The simplest steroid is known as gonane and is usually made up of a total of 17 carbon atoms that have been effectively bonded together to form four rings that are fused together.
There are hundreds of distinct steroids that can be found in animals, plants and steroids. In animals, steroids are usually made in the cells, mainly from lanestrol in animals and fungi from cycloartenol in plants. Below is the diagrammatic representation of the formation of lanestrol.
However, one feature that is common among all steroids and that therefore makes them similar is that they possess a significantly huge number of carbon-hydrogens that therefore make all steroids non –polar, that is they tend to repel water.
The most famous as well as most abundant steroid the human body is actually cholesterol. This steroid is usually formed in the nerve tissue, blood stream and the nerve tissues. Cholesterol is one of the major compounds in bile salts as well as the galls stones. Excess cholesterol in the body is however harmful as it leads to the formation of deposits in the blood vessels’ inner walls therefore obstructing the flow of blood which may lead to several blood conditions such as strokes and hypertension.
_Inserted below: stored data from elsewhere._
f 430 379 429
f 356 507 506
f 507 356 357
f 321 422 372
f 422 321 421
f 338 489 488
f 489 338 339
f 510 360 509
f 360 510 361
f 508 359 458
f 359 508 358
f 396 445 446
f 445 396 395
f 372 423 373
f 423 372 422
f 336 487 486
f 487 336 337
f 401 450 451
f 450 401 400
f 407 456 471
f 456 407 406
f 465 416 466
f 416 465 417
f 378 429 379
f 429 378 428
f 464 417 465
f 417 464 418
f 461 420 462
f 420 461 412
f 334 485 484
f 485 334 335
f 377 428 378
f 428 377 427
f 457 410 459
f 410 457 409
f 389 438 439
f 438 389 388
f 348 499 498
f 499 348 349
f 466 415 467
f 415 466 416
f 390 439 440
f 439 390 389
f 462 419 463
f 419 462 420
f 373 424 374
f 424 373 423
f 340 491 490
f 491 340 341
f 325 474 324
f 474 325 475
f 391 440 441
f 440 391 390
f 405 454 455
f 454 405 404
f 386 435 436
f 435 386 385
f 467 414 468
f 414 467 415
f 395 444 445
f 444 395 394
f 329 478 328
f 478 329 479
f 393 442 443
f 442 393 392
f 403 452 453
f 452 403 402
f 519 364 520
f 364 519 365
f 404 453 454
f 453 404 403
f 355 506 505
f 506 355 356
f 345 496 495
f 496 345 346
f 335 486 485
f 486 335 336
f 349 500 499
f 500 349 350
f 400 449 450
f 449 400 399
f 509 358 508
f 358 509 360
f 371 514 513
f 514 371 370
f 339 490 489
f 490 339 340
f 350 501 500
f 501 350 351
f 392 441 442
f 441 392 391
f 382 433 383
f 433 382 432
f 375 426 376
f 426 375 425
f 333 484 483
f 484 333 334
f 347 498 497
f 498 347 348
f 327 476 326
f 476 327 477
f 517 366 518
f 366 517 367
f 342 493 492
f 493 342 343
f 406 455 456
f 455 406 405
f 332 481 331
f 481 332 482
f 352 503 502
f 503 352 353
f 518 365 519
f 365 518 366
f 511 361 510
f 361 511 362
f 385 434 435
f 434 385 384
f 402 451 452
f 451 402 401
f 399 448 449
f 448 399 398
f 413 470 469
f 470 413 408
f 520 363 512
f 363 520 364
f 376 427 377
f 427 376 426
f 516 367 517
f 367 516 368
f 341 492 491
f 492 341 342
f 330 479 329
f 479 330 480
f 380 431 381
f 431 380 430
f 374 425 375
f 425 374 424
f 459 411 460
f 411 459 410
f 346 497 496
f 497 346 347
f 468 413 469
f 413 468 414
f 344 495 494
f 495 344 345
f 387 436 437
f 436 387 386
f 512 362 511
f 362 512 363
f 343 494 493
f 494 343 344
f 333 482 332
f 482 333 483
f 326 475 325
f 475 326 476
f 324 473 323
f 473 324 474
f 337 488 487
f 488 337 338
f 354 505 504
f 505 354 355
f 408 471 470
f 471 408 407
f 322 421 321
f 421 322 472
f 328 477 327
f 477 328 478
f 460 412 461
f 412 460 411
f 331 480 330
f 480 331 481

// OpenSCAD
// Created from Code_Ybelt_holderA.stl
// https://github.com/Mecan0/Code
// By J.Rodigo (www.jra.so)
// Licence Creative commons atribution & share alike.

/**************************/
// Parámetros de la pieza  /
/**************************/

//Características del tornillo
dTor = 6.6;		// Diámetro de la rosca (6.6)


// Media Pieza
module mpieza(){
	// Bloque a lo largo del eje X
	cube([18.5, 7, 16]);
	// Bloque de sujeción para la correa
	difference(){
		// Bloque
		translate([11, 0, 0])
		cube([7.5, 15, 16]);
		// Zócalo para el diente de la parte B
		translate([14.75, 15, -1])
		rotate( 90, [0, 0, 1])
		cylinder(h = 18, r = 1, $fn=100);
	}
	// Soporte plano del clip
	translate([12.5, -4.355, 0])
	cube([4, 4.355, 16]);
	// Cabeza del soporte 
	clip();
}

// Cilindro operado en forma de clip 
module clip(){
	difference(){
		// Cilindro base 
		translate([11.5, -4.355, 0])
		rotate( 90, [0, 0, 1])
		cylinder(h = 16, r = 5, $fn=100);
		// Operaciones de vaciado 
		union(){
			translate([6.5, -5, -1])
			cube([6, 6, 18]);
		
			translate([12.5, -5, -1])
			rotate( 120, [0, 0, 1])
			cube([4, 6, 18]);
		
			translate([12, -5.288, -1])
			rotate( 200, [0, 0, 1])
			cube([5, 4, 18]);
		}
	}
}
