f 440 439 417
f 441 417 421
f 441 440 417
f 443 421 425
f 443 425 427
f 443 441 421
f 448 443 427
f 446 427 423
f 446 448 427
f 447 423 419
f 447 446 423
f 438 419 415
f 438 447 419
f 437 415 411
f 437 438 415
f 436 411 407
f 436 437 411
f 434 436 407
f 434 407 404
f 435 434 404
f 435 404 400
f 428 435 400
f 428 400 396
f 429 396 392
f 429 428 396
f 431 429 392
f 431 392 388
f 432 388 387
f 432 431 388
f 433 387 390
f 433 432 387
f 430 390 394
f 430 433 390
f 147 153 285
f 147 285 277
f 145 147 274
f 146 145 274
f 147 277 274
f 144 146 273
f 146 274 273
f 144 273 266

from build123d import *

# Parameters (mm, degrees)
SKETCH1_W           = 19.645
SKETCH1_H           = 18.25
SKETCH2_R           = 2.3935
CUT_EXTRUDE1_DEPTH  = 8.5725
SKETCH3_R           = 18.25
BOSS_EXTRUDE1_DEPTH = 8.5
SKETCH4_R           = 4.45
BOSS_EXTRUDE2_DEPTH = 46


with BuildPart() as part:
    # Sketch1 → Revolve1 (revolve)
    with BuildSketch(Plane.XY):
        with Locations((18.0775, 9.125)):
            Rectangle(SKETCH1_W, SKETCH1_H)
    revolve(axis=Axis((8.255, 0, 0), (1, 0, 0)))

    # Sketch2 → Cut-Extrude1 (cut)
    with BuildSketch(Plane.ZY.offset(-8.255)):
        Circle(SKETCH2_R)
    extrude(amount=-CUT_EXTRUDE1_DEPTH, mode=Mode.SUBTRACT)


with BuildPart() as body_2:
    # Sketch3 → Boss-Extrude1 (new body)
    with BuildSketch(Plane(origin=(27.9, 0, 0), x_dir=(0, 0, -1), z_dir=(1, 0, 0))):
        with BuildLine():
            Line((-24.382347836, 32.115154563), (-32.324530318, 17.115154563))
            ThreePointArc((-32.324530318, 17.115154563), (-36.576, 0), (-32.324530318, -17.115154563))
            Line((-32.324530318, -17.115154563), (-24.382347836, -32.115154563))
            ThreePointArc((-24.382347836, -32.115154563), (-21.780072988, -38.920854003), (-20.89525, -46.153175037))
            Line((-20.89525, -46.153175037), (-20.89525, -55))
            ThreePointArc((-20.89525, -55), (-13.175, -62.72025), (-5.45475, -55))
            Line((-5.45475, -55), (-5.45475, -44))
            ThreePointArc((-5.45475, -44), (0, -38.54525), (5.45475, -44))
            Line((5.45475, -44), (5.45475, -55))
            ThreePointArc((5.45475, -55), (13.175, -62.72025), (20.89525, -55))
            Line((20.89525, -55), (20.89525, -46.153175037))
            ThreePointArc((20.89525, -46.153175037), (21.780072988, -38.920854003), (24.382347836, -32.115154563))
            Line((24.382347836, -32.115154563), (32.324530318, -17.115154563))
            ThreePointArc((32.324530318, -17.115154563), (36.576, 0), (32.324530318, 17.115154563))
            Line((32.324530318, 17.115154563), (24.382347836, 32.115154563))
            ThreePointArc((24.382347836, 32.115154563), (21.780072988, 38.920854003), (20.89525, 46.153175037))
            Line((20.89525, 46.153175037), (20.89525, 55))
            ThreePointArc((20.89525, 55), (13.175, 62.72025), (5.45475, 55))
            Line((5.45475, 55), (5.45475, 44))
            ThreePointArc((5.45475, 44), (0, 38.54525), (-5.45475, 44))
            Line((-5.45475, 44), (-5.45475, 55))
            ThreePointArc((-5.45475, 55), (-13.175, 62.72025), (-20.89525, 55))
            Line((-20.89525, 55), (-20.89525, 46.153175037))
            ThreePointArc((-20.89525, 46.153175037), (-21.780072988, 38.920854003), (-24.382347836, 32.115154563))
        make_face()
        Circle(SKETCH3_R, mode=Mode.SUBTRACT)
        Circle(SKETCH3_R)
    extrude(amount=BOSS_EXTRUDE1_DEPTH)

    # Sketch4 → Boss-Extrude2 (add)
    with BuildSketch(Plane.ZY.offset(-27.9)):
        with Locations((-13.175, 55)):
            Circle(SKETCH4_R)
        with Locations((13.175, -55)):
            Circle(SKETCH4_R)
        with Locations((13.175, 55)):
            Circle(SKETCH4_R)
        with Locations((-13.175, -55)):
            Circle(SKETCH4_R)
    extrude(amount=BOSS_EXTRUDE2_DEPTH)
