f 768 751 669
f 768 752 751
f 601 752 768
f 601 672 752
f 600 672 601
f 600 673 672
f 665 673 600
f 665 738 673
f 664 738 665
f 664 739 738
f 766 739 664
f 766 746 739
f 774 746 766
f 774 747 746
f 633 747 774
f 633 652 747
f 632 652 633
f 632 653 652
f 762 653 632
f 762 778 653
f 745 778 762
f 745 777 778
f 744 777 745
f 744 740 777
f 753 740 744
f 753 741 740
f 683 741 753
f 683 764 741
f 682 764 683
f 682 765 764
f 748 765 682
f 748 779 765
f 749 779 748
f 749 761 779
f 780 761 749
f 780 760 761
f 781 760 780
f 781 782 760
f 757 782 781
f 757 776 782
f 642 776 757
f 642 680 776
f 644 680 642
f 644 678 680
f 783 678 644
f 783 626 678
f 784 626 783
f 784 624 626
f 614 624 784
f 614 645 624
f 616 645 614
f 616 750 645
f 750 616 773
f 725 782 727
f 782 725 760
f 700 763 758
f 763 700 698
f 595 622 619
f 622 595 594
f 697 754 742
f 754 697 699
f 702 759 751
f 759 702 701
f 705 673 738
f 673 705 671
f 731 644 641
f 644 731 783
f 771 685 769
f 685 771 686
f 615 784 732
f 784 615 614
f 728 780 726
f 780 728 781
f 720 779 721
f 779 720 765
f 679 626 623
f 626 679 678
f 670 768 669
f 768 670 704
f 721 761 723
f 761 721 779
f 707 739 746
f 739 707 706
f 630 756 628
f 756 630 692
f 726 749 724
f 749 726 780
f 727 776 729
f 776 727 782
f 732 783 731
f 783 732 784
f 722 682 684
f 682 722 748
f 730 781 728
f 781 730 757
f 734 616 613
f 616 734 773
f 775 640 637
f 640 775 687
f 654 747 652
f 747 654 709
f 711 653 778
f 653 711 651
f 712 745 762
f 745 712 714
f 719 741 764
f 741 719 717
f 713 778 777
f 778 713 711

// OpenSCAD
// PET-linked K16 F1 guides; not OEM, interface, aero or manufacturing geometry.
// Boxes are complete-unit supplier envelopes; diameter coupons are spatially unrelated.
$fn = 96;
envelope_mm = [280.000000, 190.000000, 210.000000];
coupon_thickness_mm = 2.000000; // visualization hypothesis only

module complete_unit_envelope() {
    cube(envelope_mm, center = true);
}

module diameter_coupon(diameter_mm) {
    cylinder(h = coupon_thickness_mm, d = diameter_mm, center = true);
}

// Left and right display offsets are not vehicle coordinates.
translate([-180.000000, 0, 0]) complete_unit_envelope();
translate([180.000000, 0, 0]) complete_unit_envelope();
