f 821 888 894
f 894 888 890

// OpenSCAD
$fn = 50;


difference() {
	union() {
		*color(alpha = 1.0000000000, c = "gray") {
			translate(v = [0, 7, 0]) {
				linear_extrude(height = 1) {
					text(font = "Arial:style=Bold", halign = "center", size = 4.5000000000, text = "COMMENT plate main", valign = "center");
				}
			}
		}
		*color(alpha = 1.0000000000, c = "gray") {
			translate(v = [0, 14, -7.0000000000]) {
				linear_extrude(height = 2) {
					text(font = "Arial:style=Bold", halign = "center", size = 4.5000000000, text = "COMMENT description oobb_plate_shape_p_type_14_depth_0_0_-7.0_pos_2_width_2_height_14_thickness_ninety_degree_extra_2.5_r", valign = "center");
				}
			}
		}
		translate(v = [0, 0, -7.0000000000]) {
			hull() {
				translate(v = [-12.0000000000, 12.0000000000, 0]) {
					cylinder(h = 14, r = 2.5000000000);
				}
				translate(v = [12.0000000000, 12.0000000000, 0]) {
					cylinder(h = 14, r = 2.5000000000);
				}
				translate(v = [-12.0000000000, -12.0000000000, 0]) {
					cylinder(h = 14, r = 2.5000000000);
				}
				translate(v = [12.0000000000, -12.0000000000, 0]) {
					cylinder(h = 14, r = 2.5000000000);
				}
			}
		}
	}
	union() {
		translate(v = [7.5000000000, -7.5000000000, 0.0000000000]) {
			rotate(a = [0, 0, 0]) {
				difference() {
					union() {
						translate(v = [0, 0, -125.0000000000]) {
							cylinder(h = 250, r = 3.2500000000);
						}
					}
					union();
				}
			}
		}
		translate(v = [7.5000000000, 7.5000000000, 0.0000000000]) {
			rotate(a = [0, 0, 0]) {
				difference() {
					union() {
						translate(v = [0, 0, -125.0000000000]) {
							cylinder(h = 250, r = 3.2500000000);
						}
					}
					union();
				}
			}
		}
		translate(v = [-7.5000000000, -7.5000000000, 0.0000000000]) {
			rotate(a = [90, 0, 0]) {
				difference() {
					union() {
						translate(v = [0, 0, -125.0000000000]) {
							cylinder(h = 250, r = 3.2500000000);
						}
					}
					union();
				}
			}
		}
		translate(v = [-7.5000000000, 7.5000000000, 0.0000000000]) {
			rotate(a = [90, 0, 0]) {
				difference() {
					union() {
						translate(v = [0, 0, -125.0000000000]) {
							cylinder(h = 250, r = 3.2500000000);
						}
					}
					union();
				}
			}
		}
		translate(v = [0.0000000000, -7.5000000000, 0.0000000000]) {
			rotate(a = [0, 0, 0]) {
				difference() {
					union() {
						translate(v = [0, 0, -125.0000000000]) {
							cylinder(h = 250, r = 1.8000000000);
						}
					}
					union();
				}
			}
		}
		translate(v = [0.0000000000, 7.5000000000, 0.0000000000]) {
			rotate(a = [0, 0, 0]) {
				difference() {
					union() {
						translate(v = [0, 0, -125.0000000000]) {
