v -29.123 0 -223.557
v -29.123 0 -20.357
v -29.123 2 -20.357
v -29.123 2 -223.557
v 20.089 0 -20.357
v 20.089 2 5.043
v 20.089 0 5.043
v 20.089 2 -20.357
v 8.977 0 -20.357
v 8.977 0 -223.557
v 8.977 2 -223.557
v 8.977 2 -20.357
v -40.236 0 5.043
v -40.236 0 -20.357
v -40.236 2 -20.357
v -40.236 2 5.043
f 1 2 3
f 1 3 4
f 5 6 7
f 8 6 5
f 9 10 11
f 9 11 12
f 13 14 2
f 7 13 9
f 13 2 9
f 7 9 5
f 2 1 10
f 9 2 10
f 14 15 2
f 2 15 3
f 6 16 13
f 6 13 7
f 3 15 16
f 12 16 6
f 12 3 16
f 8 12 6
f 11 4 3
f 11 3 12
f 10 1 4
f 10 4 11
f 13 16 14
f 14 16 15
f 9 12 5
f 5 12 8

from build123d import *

# Parameters (mm, degrees)
BOSS_EXTRUDE1_DEPTH = 2
SKETCH8_W           = 25.4
SKETCH8_H           = 25.4
BOSS_EXTRUDE2_DEPTH = 2


with BuildPart() as part:
    # Sketch1 → Boss-Extrude1 (new body)
    with BuildSketch(Plane(origin=(0, 0, 0), x_dir=(1, 0, 0), z_dir=(0, 1, 0))):
        Polygon((-29.123295379, 223.557352941), (8.976704621, 223.557352941), (8.976704621, 20.357352941), (-5.310795379, 20.357352941), (-5.310795379, -5.042647059), (-14.835795379, -5.042647059), (-14.835795379, 20.357352941), (-29.123295379, 20.357352941), align=None)
    extrude(amount=BOSS_EXTRUDE1_DEPTH)

    # Sketch8 → Boss-Extrude2 (add)
    with BuildSketch(Plane(origin=(0, 2, 0), x_dir=(1, 0, 0), z_dir=(0, 1, 0))):
        with Locations((-27.535795379, 7.657352941)):
            Rectangle(SKETCH8_W, SKETCH8_H)
        with Locations((7.389204621, 7.657352941)):
            Rectangle(SKETCH8_W, SKETCH8_H)
    extrude(amount=-BOSS_EXTRUDE2_DEPTH)


solid = part.part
Testosterone is a sex hormone most common in men and is also a steroid. This hormone is primarily responsible for the secondary sex characteristics development.
Apart from the three major classes of lipids that have been discussed above, that is triglycerol, phospholipids and steroids, there are still other classes or classifications of lipids in existence today. These other classifications are the glycolipids, lipoproteins 9 which are catrually combinations of lipids and proteins that are most commonly found in the cell membranes and finally the waxes.
The role of lipids in the Human Body and the Immune system
The role of lipids in the human body cannot be overemphasized. Different types of lipids play differing roles in the Human body system.
Triglycerols in addition to acting as energy reserves for the body has other functions. The subcutaneous layer in which the triglycerol is deposited in the human body function as a form of heat insulation.
Phospholipids as mentioned previously are the major components of the cell membranes. They strengthen the membrane and thus enable the cells to retain their contents and distinguish them from the external environment. Fats and oils which are both lipids contain almost twice as much energy (per unit weight) as that contained by proteins or carbohydrates. Lipids enable the storage of this energy in the human cells so that it can be broken down in case of emergencies or when the body requires the extra energy.
Some lipids especially those in form of steroids act as body hormones. The most common of these is testosterone which is a major hormone in male humans and that is responsible for the regulation of male characteristics developments. Other steroids also bring a huge benefit to the human body since they help in the determination and control of plasma membrane structure. There are also other lipids that function as vitamins, which an extremely important nutrient constituent responsible for the prevention of a wide variety of diseases in humans. Another form of lipids in the human body is the lipophilic bile juices that aid in the lipid solubilization in the human body. Wax is another form of lipids founds in humans particularly in the ear. The wax helps in the trapping of dust particles and also insects that may be making their way into the ear and that nay potentially damage the eardrum. Therefore, their main role in the human body is the role of protection.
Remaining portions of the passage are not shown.